競技は鈴鹿サーキット東コース(2.243km)を逆回りで走行する。1台ずつ出走して1周のタイムアタックを行う「1 LAP」と、そのタイム順のグリッドで一斉にスタートして30分間走行する「30minトライアル」の2つの競技が行われ、その順位によって与えられる合計ポイントで勝敗を決める。

1LAPでトップタイムを記録したのは#9チャレンジャーで1分54秒047。そこから8秒遅れて#1ミツバイク、#36長野県飯田OIDE長姫高校原動機部、#24近大高専ソーラーカー・EV部、#7長野県工科短大Cの4チームが0.7秒という僅差で2位から5位となった。

30minトライアルではチャレンジャーがスタート直後に一気に後続を引き離してきた。ここまで初開催から8連覇しているミツバイクは2番手をキープするも、1周で10秒引き離され厳しい展開に。2周目には10番手から追い上げてきた#41長野県箕輪進修高校Bにも抜かれミツバイクは3位に後退した。

残り13分となった時点ではチャレンジャーがトップをキープしていたが、長野県箕輪進修高校Bが真後ろに迫ってきた。そこから10秒遅れて3位ミツバイク、その直後に長野県工科短大Cというトップ4で4周目に突入。直後に長野県箕輪進修高校Bがトップに浮上した。この周でミツバイクは10秒あった差を1.3秒まで詰め、トップ4は僅差の戦いに。30秒から1分の差でも1周で逆転することが珍しくないKV-Motoで、近年稀に見る僅差の優勝争いとなった。
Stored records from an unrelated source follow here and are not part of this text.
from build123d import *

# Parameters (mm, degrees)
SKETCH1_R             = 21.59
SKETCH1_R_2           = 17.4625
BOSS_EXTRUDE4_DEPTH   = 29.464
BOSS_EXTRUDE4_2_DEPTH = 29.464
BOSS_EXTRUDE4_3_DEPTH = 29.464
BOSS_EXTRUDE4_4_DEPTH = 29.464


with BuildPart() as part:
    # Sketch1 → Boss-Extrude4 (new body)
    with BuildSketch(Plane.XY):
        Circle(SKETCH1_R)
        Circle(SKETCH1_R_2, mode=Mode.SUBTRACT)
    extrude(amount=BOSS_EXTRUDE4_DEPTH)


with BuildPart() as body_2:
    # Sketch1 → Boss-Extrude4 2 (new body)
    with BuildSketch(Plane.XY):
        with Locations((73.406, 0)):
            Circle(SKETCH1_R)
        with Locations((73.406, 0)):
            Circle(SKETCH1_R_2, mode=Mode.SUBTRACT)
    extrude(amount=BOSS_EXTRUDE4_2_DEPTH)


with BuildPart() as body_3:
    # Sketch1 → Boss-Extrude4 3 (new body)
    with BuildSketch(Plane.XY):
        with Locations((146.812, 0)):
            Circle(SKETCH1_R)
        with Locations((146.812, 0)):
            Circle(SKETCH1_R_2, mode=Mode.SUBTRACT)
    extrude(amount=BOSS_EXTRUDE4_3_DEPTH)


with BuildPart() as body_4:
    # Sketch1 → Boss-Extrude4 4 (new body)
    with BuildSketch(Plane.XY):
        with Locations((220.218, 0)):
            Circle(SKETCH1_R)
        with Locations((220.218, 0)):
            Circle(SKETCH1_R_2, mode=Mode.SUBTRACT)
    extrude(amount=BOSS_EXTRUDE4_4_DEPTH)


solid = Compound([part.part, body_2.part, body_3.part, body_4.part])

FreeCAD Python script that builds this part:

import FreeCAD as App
import Part
import Sketcher
from FreeCAD import Vector
Q = App.Units.Quantity

doc = App.newDocument("Part")
body = doc.addObject("PartDesign::Body", "Body")

# Sketch on XY plane
sketch1 = body.newObject("Sketcher::SketchObject", "Sketch")
sketch1.AttachmentSupport = (doc.getObject("XY_Plane"), [""])
sketch1.MapMode = "FlatFace"
sketch1.addGeometry(Part.Circle(Vector(0, 0, 0), Vector(0, 0, 1), 22), False)
sketch1.addGeometry(Part.Circle(Vector(0, 0, 0), Vector(0, 0, 1), 17), False)
sketch1.addConstraint(Sketcher.Constraint("Coincident", 0, 3, -1, 1))
sketch1.addConstraint(Sketcher.Constraint("Coincident", 1, 3, -1, 1))
sketch1.addConstraint(Sketcher.Constraint("Diameter", 0, Q("1.7 in")))
sketch1.addConstraint(Sketcher.Constraint("Diameter", 1, Q("1.375 in")))
pad1 = body.newObject("PartDesign::Pad", "Pad")
pad1.Profile = sketch1
pad1.Length = Q("1.16 in")
body2 = doc.addObject("PartDesign::Body", "Body001")

# Sketch on XY plane
sketch2 = body2.newObject("Sketcher::SketchObject", "Sketch001")
sketch2.AttachmentSupport = (doc.getObject("XY_Plane001"), [""])
sketch2.MapMode = "FlatFace"
sketch2.addGeometry(Part.Circle(Vector(73, 0, 0), Vector(0, 0, 1), 22), False)
sketch2.addGeometry(Part.Circle(Vector(73, 0, 0), Vector(0, 0, 1), 17), False)
sketch2.addConstraint(Sketcher.Constraint("Coincident", 1, 3, 0, 3))
sketch2.addConstraint(Sketcher.Constraint("PointOnObject", 0, 3, -1))
sketch2.addConstraint(Sketcher.Constraint("Diameter", 0, Q("1.7 in")))
sketch2.addConstraint(Sketcher.Constraint("Diameter", 1, Q("1.375 in")))
sketch2.addConstraint(Sketcher.Constraint("DistanceX", -1, 1, 0, 3, Q("2.89 in")))
pad2 = body2.newObject("PartDesign::Pad", "Pad001")
pad2.Profile = sketch2
pad2.Length = Q("1.16 in")
body3 = doc.addObject("PartDesign::Body", "Body002")

# Sketch on XY plane
sketch3 = body3.newObject("Sketcher::SketchObject", "Sketch002")
sketch3.AttachmentSupport = (doc.getObject("XY_Plane002"), [""])
sketch3.MapMode = "FlatFace"
sketch3.addGeometry(Part.Circle(Vector(147, 0, 0), Vector(0, 0, 1), 22), False)
sketch3.addGeometry(Part.Circle(Vector(147, 0, 0), Vector(0, 0, 1), 17), False)
sketch3.addConstraint(Sketcher.Constraint("Coincident", 1, 3, 0, 3))
sketch3.addConstraint(Sketcher.Constraint("PointOnObject", 0, 3, -1))
sketch3.addConstraint(Sketcher.Constraint("Diameter", 0, Q("1.7 in")))
sketch3.addConstraint(Sketcher.Constraint("Diameter", 1, Q("1.375 in")))
sketch3.addConstraint(Sketcher.Constraint("DistanceX", -1, 1, 0, 3, Q("5.78 in")))
pad3 = body3.newObject("PartDesign::Pad", "Pad002")
pad3.Profile = sketch3
pad3.Length = Q("1.16 in")
body4 = doc.addObject("PartDesign::Body", "Body003")

# Sketch on XY plane
sketch4 = body4.newObject("Sketcher::SketchObject", "Sketch003")
sketch4.AttachmentSupport = (doc.getObject("XY_Plane003"), [""])
sketch4.MapMode = "FlatFace"
sketch4.addGeometry(Part.Circle(Vector(220, 0, 0), Vector(0, 0, 1), 22), False)
sketch4.addGeometry(Part.Circle(Vector(220, 0, 0), Vector(0, 0, 1), 17), False)
sketch4.addConstraint(Sketcher.Constraint("Coincident", 1, 3, 0, 3))
sketch4.addConstraint(Sketcher.Constraint("PointOnObject", 0, 3, -1))
sketch4.addConstraint(Sketcher.Constraint("Diameter", 0, Q("1.7 in")))
sketch4.addConstraint(Sketcher.Constraint("Diameter", 1, Q("1.375 in")))
sketch4.addConstraint(Sketcher.Constraint("DistanceX", -1, 1, 0, 3, Q("8.67 in")))
pad4 = body4.newObject("PartDesign::Pad", "Pad003")
pad4.Profile = sketch4
pad4.Length = Q("1.16 in")

doc.recompute()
残り約4分30秒で7周目に突入。4分から5分で一周を回ってくるトップ集団にとって残り1周なのか2周なのか、ギリギリの状態での7周目突入だった。トップ4の差は6秒だったが、1つ目のコーナーを曲がる頃にはひと塊に。そこから飛び出したのはミツバイクで、チェッカーが振られる数秒前に8周目に突入した。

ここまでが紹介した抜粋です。